**WHAT THE EXERCISE ASKS:** Your output should be the lines of the data that follow, reproduced exactly from the first through the line bearing "#93=CIRCLE('',#92,4.);".

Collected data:
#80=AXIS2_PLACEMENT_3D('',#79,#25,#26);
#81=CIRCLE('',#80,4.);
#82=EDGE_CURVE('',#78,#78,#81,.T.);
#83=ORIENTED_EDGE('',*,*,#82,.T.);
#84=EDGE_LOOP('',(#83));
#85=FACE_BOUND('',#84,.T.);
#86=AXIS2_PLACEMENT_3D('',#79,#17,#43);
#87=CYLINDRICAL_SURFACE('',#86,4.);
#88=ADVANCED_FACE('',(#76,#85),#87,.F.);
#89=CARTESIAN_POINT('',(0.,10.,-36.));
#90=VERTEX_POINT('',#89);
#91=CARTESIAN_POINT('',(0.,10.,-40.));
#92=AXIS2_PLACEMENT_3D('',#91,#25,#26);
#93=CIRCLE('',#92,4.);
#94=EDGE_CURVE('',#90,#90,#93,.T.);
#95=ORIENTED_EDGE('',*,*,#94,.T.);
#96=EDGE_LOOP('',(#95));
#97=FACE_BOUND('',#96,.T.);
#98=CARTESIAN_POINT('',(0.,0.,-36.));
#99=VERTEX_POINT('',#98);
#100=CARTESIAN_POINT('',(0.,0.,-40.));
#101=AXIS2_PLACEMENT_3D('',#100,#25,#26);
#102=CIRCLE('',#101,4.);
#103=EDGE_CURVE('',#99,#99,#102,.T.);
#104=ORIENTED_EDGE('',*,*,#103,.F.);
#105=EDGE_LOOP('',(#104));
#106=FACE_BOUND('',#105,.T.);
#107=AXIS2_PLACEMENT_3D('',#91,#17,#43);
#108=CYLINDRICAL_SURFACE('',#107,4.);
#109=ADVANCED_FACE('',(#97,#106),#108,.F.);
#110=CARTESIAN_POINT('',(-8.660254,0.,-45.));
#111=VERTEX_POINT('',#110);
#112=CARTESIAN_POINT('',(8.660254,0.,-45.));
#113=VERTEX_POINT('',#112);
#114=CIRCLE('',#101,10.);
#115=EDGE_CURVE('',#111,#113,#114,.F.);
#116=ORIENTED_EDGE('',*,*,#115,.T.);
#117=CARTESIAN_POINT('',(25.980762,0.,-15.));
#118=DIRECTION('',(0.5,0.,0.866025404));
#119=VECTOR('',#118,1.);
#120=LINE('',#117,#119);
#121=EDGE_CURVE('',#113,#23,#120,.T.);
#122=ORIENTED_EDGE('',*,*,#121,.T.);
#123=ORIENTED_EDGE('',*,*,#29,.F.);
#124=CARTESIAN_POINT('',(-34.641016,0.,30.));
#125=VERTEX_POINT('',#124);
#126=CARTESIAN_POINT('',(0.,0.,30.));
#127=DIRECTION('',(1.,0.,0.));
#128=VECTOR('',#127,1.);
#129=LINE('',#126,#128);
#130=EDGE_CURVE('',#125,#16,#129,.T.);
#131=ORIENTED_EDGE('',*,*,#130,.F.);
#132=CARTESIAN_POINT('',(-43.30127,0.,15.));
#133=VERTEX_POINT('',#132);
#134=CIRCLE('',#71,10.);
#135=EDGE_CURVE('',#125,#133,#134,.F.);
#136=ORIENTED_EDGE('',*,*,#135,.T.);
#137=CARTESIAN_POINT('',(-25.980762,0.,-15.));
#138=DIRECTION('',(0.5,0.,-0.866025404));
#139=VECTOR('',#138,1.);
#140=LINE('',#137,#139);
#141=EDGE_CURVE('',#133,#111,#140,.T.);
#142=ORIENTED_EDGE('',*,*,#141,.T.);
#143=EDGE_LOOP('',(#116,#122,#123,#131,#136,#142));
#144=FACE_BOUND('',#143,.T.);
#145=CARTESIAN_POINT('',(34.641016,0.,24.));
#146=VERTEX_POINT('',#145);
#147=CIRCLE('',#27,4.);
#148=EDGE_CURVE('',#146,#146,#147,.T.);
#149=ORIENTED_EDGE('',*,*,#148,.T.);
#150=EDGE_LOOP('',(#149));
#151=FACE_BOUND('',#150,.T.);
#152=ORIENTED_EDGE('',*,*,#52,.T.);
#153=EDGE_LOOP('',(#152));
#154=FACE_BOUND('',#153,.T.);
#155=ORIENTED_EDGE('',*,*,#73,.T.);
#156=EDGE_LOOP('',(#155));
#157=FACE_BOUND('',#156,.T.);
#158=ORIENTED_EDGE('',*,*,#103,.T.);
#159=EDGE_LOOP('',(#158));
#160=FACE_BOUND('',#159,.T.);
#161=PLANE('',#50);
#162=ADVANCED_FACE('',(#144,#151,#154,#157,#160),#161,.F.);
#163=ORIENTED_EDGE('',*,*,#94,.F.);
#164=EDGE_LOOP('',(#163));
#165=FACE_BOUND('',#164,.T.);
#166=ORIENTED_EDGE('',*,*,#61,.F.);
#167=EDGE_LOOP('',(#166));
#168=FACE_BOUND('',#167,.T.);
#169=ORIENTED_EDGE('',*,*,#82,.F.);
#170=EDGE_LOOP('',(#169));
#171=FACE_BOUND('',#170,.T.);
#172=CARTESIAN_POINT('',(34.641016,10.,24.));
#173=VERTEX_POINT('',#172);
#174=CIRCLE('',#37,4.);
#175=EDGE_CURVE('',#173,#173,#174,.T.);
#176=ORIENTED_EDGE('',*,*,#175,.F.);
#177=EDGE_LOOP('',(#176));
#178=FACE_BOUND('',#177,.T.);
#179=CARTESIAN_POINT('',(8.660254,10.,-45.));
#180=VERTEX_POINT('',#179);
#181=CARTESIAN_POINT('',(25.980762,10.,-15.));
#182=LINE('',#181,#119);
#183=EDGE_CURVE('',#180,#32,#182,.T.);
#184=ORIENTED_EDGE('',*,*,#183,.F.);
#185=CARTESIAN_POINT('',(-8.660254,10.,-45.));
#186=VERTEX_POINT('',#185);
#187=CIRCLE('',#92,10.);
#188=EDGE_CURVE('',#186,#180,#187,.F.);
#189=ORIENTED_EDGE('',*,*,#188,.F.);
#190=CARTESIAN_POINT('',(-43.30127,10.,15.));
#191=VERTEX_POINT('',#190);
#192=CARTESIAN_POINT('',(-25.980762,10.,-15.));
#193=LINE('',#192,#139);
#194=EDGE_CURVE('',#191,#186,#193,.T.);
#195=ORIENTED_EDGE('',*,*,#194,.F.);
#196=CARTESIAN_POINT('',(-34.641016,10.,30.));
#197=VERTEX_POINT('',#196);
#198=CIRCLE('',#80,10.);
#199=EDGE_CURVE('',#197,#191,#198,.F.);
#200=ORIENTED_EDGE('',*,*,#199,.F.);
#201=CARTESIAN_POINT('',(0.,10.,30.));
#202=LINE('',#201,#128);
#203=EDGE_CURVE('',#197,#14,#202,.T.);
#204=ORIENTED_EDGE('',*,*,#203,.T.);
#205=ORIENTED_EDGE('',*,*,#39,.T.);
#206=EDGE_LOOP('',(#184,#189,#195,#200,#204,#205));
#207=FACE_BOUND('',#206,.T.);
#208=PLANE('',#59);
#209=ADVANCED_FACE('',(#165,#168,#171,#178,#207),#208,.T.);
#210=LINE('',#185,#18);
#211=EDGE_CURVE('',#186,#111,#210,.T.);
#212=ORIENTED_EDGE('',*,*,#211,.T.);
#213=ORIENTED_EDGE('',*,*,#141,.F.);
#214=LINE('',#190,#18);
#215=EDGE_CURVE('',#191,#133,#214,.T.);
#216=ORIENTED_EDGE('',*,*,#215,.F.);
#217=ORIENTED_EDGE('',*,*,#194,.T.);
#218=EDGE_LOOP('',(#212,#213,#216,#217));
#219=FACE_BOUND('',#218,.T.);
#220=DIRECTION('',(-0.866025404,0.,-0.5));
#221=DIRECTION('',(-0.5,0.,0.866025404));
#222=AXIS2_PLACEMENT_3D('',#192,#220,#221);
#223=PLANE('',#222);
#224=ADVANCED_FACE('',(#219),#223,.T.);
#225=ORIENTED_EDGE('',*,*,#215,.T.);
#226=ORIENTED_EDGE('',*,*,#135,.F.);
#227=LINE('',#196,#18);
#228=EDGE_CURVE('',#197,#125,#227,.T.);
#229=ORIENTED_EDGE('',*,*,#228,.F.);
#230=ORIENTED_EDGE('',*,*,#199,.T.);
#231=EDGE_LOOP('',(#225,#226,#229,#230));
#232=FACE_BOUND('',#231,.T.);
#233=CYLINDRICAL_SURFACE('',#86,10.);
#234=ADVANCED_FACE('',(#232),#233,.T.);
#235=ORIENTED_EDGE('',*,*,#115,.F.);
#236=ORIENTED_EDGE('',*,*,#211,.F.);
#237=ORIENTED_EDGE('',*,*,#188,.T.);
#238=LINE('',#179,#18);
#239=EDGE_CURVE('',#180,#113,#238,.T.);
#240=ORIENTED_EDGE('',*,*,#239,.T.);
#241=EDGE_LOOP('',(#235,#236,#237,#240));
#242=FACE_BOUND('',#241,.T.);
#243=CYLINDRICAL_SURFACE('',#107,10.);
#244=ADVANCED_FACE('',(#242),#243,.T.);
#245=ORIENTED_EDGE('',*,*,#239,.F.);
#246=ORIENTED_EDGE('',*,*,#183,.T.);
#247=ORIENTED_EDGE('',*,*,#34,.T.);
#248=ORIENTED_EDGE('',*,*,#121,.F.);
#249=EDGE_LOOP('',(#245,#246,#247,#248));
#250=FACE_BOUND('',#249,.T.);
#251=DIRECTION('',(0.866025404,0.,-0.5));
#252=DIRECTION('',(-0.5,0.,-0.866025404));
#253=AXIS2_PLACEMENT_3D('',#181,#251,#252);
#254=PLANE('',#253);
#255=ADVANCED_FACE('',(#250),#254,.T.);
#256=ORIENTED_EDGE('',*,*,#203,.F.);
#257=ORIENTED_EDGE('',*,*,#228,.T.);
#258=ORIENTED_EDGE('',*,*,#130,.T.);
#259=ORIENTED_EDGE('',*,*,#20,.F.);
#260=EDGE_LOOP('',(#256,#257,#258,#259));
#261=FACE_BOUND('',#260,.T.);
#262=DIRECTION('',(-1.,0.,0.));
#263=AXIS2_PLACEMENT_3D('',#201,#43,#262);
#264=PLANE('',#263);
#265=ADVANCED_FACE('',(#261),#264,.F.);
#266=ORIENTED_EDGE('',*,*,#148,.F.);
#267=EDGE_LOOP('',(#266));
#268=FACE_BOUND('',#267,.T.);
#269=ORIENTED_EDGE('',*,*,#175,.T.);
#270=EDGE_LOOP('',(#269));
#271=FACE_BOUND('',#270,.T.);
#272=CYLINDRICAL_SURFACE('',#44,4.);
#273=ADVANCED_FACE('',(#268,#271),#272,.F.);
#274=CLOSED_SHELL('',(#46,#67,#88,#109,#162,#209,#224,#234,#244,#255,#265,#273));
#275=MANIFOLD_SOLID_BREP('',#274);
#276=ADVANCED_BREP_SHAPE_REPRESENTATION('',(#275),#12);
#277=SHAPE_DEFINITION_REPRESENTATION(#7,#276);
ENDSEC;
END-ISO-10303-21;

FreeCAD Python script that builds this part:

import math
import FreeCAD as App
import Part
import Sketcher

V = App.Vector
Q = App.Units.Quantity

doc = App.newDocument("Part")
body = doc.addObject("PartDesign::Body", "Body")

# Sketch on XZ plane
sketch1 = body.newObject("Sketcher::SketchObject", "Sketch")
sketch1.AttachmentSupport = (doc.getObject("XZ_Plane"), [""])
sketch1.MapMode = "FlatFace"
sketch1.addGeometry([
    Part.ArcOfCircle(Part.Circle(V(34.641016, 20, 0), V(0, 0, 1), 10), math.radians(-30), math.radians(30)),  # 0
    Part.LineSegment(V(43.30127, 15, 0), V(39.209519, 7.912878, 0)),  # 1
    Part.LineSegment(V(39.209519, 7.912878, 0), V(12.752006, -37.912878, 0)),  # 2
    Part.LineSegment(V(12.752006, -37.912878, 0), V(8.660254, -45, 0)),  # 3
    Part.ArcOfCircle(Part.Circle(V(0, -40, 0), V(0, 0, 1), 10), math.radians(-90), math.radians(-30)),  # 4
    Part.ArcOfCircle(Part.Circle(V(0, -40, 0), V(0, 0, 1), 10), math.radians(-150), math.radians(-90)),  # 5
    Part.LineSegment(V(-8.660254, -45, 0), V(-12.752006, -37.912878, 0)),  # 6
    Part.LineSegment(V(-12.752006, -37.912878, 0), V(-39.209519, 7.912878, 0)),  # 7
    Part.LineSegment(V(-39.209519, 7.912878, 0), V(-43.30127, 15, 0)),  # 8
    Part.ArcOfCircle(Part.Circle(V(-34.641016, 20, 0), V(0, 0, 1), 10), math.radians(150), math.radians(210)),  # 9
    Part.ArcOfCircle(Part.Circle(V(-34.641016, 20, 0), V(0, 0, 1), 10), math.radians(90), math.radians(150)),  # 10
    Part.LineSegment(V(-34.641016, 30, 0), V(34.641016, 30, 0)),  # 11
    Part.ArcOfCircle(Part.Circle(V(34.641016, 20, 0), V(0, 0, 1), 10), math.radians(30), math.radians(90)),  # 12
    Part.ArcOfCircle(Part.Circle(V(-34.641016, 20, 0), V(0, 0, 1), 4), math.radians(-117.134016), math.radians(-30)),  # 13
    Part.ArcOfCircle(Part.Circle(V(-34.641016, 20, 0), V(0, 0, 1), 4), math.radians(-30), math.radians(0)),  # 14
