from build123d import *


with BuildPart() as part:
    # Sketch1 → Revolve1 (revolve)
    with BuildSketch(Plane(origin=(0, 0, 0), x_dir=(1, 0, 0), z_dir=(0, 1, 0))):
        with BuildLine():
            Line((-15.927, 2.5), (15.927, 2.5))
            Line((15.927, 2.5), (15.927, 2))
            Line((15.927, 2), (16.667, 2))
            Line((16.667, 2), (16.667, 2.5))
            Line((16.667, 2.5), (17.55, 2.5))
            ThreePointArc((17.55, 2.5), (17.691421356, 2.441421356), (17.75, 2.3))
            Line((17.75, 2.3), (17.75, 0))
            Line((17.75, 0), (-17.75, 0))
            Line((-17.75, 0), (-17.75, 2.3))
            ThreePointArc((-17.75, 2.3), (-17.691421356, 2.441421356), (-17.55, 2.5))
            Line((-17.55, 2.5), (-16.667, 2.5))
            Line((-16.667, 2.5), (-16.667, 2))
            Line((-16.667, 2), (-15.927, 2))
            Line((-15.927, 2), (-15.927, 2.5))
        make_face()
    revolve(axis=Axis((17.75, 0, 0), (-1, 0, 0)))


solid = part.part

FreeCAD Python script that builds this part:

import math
import FreeCAD as App
import Part
import Sketcher

doc = App.newDocument("Part")
params = doc.addObject("Spreadsheet::Sheet", "Params")
for row, (alias, value) in enumerate([
    ("sketch1_radius", "0.2 mm"),
    ("sketch1_width", "35.5 mm"),
    ("sketch1_height", "0.5 mm"),
    ("sketch1_height2", "2.3 mm"),
    ("sketch1_width2", "0.74 mm"),
    ("revolution_angle", "360 deg"),
], start=1):
    params.set(f"A{row}", alias)
    params.set(f"B{row}", "=" + value)
    params.setAlias(f"B{row}", alias)

body = doc.addObject("PartDesign::Body", "Body")

# Sketch on XZ plane
sketch1 = doc.addObject("Sketcher::SketchObject", "Sketch")
body.addObject(sketch1)
sketch1.AttachmentSupport = (doc.XZ_Plane, [""])
sketch1.MapMode = "FlatFace"
sketch1.addGeometry(Part.LineSegment(App.Vector(15.93, -2.5, 0), App.Vector(-15.93, -2.5, 0)), False)
sketch1.addGeometry(Part.LineSegment(App.Vector(-15.93, -2.5, 0), App.Vector(-15.93, -2, 0)), False)
sketch1.addGeometry(Part.LineSegment(App.Vector(-15.93, -2, 0), App.Vector(-16.67, -2, 0)), False)
sketch1.addGeometry(Part.LineSegment(App.Vector(-16.67, -2, 0), App.Vector(-16.67, -2.5, 0)), False)
sketch1.addGeometry(Part.LineSegment(App.Vector(-16.67, -2.5, 0), App.Vector(-17.55, -2.5, 0)), False)
sketch1.addGeometry(Part.ArcOfCircle(Part.Circle(App.Vector(-17.55, -2.3, 0), App.Vector(0, 0, 1), 0.2), math.radians(-180), math.radians(-90)), False)
sketch1.addGeometry(Part.LineSegment(App.Vector(-17.75, -2.3, 0), App.Vector(-17.75, 0, 0)), False)
sketch1.addGeometry(Part.LineSegment(App.Vector(-17.75, 0, 0), App.Vector(17.75, 0, 0)), False)
sketch1.addGeometry(Part.LineSegment(App.Vector(17.75, 0, 0), App.Vector(17.75, -2.3, 0)), False)
sketch1.addGeometry(Part.ArcOfCircle(Part.Circle(App.Vector(17.55, -2.3, 0), App.Vector(0, 0, 1), 0.2), math.radians(-90), math.radians(0)), False)
sketch1.addGeometry(Part.LineSegment(App.Vector(17.55, -2.5, 0), App.Vector(16.67, -2.5, 0)), False)
sketch1.addGeometry(Part.LineSegment(App.Vector(16.67, -2.5, 0), App.Vector(16.67, -2, 0)), False)
sketch1.addGeometry(Part.LineSegment(App.Vector(16.67, -2, 0), App.Vector(15.93, -2, 0)), False)
sketch1.addGeometry(Part.LineSegment(App.Vector(15.93, -2, 0), App.Vector(15.93, -2.5, 0)), False)
sketch1.addConstraint(Sketcher.Constraint("Coincident", 0, 2, 1, 1))
sketch1.addConstraint(Sketcher.Constraint("Coincident", 1, 2, 2, 1))
sketch1.addConstraint(Sketcher.Constraint("Coincident", 2, 2, 3, 1))
sketch1.addConstraint(Sketcher.Constraint("Coincident", 3, 2, 4, 1))
sketch1.addConstraint(Sketcher.Constraint("Tangent", 4, 2, 5, 2))
sketch1.addConstraint(Sketcher.Constraint("Tangent", 5, 1, 6, 1))
sketch1.addConstraint(Sketcher.Constraint("Coincident", 6, 2, 7, 1))
sketch1.addConstraint(Sketcher.Constraint("Coincident", 7, 2, 8, 1))
sketch1.addConstraint(Sketcher.Constraint("Tangent", 8, 2, 9, 2))
sketch1.addConstraint(Sketcher.Constraint("Tangent", 9, 1, 10, 1))
sketch1.addConstraint(Sketcher.Constraint("Coincident", 10, 2, 11, 1))
sketch1.addConstraint(Sketcher.Constraint("Coincident", 11, 2, 12, 1))
sketch1.addConstraint(Sketcher.Constraint("Coincident", 12, 2, 13, 1))
sketch1.addConstraint(Sketcher.Constraint("Coincident", 13, 2, 0, 1))
sketch1.addConstraint(Sketcher.Constraint("Horizontal", 0))
sketch1.addConstraint(Sketcher.Constraint("Vertical", 1))
sketch1.addConstraint(Sketcher.Constraint("Horizontal", 2))
sketch1.addConstraint(Sketcher.Constraint("Vertical", 3))
sketch1.addConstraint(Sketcher.Constraint("Horizontal", 4))
sketch1.addConstraint(Sketcher.Constraint("Vertical", 6))
sketch1.addConstraint(Sketcher.Constraint("Horizontal", 7))
sketch1.addConstraint(Sketcher.Constraint("Vertical", 8))
sketch1.addConstraint(Sketcher.Constraint("Horizontal", 10))
sketch1.addConstraint(Sketcher.Constraint("Vertical", 11))
sketch1.addConstraint(Sketcher.Constraint("Horizontal", 12))
sketch1.addConstraint(Sketcher.Constraint("Vertical", 13))
sketch1.addConstraint(Sketcher.Constraint("Equal", 5, 9))
sketch1.addConstraint(Sketcher.Constraint("Symmetric", 6, 2, 7, 2, -1, 1))
sketch1.addConstraint(Sketcher.Constraint("Symmetric", 3, 2, 10, 2, -2))
sketch1.addConstraint(Sketcher.Constraint("Symmetric", 1, 2, 12, 2, -2))
sketch1.addConstraint(Sketcher.Constraint("Horizontal", 0, 2, 3, 2))
sketch1.addConstraint(Sketcher.Constraint("Radius", 5, 0.2))
sketch1.addConstraint(Sketcher.Constraint("DistanceX", 7, 1, 7, 2, 35.5))
sketch1.addConstraint(Sketcher.Constraint("DistanceY", 1, 1, 1, 2, 0.5))
sketch1.addConstraint(Sketcher.Constraint("DistanceY", 6, 1, 6, 2, 2.3))
sketch1.addConstraint(Sketcher.Constraint("DistanceX", 2, 2, 2, 1, 0.74))
sketch1.addConstraint(Sketcher.Constraint("DistanceX", 0, 2, 0, 1, 31.854))
sketch1.setExpression("Constraints[31]", "Params.sketch1_radius")
sketch1.setExpression("Constraints[32]", "Params.sketch1_width")
sketch1.setExpression("Constraints[33]", "Params.sketch1_height")
sketch1.setExpression("Constraints[34]", "Params.sketch1_height2")
sketch1.setExpression("Constraints[35]", "Params.sketch1_width2")
revolution = doc.addObject("PartDesign::Revolution", "Revolution")
body.addObject(revolution)
revolution.Profile = sketch1
revolution.ReferenceAxis = (sketch1, ["H_Axis"])
revolution.setExpression("Angle", "Params.revolution_angle")

doc.recompute()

**ANSWER TO THIS EXERCISE:**
#80=AXIS2_PLACEMENT_3D('',#79,#25,#26);
#81=CIRCLE('',#80,4.);
#82=EDGE_CURVE('',#78,#78,#81,.T.);
#83=ORIENTED_EDGE('',*,*,#82,.T.);
#84=EDGE_LOOP('',(#83));
#85=FACE_BOUND('',#84,.T.);
#86=AXIS2_PLACEMENT_3D('',#79,#17,#43);
#87=CYLINDRICAL_SURFACE('',#86,4.);
#88=ADVANCED_FACE('',(#76,#85),#87,.F.);
#89=CARTESIAN_POINT('',(0.,10.,-36.));
#90=VERTEX_POINT('',#89);
#91=CARTESIAN_POINT('',(0.,10.,-40.));
#92=AXIS2_PLACEMENT_3D('',#91,#25,#26);
#93=CIRCLE('',#92,4.);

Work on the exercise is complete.